Exercise instructions: Search the data for the word "mode" and copy every line that contains it.

Provided data:
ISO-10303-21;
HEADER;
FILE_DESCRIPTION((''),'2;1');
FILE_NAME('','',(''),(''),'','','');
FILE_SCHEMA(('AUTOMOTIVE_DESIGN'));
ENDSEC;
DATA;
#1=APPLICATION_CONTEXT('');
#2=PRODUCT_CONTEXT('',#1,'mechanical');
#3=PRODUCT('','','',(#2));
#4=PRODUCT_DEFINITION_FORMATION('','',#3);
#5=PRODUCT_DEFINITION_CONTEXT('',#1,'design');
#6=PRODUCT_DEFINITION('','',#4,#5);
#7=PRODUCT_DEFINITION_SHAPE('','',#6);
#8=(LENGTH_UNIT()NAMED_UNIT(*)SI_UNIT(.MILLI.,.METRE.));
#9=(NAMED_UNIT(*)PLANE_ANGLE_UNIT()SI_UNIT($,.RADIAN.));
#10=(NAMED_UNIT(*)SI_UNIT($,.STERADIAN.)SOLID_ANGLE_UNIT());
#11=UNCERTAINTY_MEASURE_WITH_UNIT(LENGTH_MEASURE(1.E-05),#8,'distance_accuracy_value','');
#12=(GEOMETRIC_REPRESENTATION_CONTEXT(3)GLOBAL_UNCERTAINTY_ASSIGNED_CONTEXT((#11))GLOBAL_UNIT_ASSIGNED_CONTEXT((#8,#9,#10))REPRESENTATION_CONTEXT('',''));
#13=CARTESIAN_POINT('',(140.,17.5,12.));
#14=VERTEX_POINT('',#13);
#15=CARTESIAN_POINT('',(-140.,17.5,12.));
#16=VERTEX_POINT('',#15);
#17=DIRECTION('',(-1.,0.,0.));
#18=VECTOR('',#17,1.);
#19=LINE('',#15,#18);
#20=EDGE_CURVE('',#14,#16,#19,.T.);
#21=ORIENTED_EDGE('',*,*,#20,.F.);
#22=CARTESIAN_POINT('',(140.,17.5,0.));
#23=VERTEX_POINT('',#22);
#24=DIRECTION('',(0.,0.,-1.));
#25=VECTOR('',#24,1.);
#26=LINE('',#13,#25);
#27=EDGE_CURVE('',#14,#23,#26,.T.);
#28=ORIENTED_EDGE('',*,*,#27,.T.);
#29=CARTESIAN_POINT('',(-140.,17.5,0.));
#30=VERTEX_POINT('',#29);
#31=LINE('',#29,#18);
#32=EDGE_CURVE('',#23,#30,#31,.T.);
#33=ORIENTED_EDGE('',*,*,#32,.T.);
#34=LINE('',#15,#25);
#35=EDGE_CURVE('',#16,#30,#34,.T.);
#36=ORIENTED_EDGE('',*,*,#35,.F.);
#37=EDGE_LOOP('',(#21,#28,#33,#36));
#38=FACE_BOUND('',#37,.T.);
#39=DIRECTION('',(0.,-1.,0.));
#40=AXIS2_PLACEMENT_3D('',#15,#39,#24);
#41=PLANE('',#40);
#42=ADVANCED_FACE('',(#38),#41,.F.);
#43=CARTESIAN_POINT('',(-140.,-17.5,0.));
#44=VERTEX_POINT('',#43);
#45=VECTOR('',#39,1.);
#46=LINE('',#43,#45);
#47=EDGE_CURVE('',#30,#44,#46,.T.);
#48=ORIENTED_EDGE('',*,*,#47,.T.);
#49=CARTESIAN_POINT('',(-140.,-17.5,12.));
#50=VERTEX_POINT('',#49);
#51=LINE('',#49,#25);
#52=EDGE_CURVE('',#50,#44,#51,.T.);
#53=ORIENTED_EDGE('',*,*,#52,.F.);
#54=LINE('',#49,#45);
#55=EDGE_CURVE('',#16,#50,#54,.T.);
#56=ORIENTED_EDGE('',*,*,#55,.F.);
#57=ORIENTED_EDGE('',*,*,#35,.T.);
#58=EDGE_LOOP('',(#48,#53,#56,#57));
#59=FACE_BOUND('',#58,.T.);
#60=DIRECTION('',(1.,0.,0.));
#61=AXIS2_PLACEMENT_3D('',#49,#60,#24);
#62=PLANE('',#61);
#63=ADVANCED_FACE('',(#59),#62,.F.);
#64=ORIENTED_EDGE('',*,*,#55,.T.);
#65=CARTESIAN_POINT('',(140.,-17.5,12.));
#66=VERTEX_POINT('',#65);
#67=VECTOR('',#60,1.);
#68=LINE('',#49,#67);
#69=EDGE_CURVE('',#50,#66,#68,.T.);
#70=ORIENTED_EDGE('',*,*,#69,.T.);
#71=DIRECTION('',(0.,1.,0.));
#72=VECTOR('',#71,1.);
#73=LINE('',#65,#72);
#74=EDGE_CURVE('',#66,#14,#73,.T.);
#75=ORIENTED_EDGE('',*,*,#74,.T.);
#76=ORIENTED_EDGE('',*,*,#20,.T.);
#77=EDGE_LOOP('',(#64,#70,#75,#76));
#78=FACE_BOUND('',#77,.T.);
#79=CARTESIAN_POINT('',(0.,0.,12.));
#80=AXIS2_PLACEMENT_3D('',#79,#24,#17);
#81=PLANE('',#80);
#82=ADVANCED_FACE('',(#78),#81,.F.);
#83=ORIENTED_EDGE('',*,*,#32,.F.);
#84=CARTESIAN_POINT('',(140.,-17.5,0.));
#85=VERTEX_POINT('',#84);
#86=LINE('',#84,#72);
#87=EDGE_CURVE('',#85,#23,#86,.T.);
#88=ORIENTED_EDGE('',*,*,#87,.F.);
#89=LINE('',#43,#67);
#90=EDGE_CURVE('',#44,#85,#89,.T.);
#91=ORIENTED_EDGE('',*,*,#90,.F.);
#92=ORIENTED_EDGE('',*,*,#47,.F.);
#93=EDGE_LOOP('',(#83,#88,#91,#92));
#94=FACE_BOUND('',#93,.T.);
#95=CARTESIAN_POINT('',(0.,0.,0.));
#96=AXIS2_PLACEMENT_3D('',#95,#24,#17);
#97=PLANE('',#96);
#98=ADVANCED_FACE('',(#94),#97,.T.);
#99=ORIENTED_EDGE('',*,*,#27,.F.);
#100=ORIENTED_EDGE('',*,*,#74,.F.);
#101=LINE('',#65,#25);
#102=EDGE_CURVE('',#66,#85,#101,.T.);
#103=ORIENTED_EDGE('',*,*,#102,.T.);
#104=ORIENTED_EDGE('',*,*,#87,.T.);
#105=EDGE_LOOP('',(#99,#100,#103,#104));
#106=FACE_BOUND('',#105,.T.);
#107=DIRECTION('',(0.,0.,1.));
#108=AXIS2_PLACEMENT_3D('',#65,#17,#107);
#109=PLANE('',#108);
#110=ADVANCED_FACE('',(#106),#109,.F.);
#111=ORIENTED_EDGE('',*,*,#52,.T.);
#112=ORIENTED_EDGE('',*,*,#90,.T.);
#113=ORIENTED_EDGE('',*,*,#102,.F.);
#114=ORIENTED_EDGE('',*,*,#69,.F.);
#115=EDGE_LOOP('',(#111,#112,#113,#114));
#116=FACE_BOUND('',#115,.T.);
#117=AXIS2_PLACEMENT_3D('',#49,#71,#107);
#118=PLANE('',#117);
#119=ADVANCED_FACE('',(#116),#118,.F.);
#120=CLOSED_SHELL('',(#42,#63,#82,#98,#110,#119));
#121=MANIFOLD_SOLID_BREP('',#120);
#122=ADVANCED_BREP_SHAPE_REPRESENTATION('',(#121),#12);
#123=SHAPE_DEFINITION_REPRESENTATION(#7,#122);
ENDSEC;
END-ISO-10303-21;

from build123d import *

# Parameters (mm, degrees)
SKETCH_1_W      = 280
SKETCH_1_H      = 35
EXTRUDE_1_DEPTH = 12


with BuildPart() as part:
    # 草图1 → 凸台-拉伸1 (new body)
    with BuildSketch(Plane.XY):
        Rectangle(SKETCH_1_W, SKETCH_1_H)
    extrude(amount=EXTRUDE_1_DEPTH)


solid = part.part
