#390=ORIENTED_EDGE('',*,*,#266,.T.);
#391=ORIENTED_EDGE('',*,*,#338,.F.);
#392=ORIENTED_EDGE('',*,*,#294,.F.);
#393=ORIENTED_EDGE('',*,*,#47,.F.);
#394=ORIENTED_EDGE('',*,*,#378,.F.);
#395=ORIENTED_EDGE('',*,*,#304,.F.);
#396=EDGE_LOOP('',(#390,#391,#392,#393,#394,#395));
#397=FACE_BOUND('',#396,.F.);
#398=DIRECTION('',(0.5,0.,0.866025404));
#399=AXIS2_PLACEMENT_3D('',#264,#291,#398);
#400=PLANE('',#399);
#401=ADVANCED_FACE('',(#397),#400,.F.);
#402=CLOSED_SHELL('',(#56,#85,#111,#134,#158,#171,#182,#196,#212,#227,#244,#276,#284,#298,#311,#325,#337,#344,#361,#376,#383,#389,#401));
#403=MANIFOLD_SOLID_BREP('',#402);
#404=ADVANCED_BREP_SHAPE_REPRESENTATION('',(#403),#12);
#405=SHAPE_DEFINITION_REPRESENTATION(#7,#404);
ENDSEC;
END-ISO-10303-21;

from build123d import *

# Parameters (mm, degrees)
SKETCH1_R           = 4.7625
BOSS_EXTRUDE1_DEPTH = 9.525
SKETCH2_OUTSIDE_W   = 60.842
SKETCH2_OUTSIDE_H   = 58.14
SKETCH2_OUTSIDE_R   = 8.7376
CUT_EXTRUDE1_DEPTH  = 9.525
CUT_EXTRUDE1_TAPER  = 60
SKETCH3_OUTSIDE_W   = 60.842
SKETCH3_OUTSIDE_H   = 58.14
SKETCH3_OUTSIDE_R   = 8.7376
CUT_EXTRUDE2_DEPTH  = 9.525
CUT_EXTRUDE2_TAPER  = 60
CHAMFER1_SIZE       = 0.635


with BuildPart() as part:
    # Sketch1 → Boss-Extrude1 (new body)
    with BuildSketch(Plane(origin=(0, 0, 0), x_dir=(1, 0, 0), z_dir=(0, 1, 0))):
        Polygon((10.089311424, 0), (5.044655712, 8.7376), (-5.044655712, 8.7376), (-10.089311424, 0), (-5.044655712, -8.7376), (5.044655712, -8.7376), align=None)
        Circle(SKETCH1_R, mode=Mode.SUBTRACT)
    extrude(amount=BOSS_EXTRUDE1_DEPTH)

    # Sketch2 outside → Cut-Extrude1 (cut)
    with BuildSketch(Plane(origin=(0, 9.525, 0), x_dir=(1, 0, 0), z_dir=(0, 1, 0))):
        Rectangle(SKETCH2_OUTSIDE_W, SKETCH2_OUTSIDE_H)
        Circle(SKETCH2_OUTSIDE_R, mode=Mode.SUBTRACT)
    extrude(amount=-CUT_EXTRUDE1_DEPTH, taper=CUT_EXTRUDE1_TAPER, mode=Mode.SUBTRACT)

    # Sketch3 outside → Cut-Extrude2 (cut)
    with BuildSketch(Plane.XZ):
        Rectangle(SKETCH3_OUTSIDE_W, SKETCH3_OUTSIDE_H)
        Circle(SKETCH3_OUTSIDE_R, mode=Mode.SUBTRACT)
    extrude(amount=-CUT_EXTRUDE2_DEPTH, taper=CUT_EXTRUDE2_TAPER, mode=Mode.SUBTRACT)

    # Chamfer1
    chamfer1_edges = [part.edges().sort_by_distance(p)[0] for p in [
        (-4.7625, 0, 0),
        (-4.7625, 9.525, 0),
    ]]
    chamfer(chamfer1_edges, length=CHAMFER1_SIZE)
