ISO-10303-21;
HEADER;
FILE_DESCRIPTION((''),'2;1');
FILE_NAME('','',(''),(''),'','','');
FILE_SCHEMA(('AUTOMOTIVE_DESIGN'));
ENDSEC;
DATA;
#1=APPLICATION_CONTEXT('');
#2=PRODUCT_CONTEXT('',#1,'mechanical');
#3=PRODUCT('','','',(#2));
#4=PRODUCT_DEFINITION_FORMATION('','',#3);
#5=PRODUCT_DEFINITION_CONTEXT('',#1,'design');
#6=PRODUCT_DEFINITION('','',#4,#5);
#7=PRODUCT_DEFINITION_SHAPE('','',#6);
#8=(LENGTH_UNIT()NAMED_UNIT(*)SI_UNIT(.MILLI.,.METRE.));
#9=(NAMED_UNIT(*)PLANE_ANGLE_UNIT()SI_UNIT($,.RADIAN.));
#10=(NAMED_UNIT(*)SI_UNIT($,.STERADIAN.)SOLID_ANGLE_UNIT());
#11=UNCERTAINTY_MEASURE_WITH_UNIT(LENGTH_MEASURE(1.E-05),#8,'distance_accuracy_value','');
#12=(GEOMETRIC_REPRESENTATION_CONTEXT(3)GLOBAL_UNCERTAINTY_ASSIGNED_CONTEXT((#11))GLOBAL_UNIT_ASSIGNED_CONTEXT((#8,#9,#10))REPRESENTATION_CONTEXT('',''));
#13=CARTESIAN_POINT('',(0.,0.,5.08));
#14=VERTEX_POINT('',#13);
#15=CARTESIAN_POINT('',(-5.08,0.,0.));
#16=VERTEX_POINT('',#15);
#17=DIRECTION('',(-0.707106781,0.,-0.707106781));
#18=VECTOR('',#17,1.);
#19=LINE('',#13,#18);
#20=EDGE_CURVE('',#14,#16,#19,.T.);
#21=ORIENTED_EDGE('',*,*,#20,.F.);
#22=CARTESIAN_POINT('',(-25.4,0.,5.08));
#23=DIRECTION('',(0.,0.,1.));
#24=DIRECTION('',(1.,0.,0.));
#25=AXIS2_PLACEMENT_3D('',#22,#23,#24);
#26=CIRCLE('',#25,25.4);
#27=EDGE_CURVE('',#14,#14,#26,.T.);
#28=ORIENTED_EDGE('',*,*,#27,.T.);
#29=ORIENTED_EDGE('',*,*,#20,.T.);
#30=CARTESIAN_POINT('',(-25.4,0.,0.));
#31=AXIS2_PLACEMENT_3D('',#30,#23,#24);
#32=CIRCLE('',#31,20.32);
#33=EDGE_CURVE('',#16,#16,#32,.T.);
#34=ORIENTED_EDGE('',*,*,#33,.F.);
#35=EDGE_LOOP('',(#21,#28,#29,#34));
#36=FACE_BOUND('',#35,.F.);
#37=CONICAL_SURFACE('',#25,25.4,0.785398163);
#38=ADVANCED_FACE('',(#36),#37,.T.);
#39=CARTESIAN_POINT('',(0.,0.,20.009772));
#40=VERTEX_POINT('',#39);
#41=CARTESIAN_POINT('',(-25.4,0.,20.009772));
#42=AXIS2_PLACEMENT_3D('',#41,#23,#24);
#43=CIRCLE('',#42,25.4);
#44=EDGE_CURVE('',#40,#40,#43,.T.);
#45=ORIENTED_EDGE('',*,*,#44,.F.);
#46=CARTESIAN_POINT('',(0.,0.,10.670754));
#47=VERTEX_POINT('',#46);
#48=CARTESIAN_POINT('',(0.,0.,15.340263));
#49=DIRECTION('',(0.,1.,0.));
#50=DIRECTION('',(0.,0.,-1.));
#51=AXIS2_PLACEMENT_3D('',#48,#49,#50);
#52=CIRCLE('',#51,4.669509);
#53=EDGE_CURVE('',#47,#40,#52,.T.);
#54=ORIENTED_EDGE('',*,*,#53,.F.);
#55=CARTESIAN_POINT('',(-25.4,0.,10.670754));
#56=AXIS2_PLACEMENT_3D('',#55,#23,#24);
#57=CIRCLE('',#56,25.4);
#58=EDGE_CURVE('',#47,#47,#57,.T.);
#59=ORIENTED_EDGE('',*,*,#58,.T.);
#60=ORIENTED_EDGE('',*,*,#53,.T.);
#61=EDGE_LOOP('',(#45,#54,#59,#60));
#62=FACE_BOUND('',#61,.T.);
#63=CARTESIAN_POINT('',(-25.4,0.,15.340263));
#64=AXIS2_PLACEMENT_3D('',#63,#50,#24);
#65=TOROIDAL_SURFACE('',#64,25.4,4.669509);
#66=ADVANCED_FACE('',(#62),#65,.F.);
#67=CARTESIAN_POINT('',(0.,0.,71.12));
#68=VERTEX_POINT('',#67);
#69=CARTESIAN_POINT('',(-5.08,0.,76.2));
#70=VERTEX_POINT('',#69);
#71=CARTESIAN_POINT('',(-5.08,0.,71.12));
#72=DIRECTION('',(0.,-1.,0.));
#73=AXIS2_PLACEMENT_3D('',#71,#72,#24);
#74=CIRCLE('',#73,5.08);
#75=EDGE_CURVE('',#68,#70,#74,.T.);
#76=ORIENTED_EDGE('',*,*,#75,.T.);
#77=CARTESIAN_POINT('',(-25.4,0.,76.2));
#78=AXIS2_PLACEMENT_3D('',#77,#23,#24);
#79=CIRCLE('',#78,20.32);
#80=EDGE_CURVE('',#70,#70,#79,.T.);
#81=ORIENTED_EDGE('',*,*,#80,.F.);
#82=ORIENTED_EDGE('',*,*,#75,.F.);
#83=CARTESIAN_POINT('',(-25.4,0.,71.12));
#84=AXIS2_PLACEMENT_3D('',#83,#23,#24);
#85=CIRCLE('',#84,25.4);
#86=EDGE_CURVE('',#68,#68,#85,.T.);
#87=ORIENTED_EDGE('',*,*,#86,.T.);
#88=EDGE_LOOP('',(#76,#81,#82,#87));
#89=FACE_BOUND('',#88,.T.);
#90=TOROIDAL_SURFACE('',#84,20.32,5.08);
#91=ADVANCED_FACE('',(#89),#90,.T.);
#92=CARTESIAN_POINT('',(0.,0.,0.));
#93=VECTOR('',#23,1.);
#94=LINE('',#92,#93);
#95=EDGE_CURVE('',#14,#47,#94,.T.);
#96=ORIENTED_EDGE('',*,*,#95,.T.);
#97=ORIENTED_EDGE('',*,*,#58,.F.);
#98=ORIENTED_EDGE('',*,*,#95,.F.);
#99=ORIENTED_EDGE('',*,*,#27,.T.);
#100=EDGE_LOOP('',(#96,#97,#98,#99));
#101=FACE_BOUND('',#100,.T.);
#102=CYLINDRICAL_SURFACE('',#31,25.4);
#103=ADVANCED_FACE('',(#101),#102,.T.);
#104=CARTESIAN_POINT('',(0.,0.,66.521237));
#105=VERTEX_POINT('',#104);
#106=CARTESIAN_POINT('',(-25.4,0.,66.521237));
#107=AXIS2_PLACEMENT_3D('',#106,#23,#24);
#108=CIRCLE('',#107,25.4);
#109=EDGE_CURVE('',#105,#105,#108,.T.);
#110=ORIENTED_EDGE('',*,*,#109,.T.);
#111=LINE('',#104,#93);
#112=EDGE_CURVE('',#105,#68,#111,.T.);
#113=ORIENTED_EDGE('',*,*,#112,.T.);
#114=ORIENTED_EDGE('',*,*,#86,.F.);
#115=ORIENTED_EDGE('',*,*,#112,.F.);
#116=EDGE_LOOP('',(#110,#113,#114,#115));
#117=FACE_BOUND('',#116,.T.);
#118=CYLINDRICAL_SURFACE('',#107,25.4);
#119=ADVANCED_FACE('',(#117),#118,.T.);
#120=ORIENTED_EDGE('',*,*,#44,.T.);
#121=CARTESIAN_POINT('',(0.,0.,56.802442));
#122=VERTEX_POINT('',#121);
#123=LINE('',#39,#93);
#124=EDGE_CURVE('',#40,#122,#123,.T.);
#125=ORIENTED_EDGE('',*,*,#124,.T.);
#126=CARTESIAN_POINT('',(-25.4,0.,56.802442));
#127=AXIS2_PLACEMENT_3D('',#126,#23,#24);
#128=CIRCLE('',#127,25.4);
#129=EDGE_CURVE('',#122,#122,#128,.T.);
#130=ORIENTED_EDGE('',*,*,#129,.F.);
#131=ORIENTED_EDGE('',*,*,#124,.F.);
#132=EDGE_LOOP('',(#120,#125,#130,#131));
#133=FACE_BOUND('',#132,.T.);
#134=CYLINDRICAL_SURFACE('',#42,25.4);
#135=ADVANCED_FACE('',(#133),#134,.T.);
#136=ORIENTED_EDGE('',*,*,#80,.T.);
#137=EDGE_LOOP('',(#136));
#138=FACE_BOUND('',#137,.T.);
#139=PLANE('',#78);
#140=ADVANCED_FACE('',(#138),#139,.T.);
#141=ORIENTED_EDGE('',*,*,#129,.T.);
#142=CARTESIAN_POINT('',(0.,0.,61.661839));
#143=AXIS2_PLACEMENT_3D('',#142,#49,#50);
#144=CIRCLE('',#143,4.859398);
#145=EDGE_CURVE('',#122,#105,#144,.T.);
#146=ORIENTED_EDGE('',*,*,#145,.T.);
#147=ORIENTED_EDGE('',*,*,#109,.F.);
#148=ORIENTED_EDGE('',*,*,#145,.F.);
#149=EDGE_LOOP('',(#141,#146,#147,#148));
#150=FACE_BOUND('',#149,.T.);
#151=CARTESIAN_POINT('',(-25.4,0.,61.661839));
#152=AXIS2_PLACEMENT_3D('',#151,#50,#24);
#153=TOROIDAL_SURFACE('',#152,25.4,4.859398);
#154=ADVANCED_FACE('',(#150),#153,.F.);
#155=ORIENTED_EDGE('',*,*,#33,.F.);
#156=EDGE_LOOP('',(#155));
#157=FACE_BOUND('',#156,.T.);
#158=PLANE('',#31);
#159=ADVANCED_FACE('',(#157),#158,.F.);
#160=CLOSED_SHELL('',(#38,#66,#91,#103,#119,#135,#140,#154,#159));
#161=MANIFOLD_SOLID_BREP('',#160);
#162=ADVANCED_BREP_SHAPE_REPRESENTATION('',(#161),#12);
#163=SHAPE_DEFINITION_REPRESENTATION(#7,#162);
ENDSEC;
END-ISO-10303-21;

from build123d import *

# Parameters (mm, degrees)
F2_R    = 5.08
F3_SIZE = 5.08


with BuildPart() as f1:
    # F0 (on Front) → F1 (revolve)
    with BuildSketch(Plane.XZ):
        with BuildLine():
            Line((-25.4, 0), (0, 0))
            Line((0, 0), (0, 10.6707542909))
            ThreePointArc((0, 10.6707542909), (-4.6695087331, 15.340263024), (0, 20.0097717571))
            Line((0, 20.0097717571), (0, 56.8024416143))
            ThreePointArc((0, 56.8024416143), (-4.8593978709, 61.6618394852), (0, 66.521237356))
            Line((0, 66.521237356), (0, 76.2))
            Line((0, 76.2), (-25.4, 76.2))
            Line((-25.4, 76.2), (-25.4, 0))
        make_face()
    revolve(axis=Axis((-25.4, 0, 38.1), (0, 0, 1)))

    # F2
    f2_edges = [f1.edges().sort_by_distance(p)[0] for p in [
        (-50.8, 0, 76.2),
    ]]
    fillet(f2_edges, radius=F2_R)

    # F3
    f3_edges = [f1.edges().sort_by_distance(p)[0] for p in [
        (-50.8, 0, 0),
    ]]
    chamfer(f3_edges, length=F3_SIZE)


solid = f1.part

Response below:
        Circle(SKETCH1_R, mode=Mode.SUBTRACT)
        Circle(SKETCH2_OUTSIDE_R, mode=Mode.SUBTRACT)
    extrude(amount=-CUT_EXTRUDE1_DEPTH, taper=CUT_EXTRUDE1_TAPER, mode=Mode.SUBTRACT)
        Circle(SKETCH3_OUTSIDE_R, mode=Mode.SUBTRACT)
    extrude(amount=-CUT_EXTRUDE2_DEPTH, taper=CUT_EXTRUDE2_TAPER, mode=Mode.SUBTRACT)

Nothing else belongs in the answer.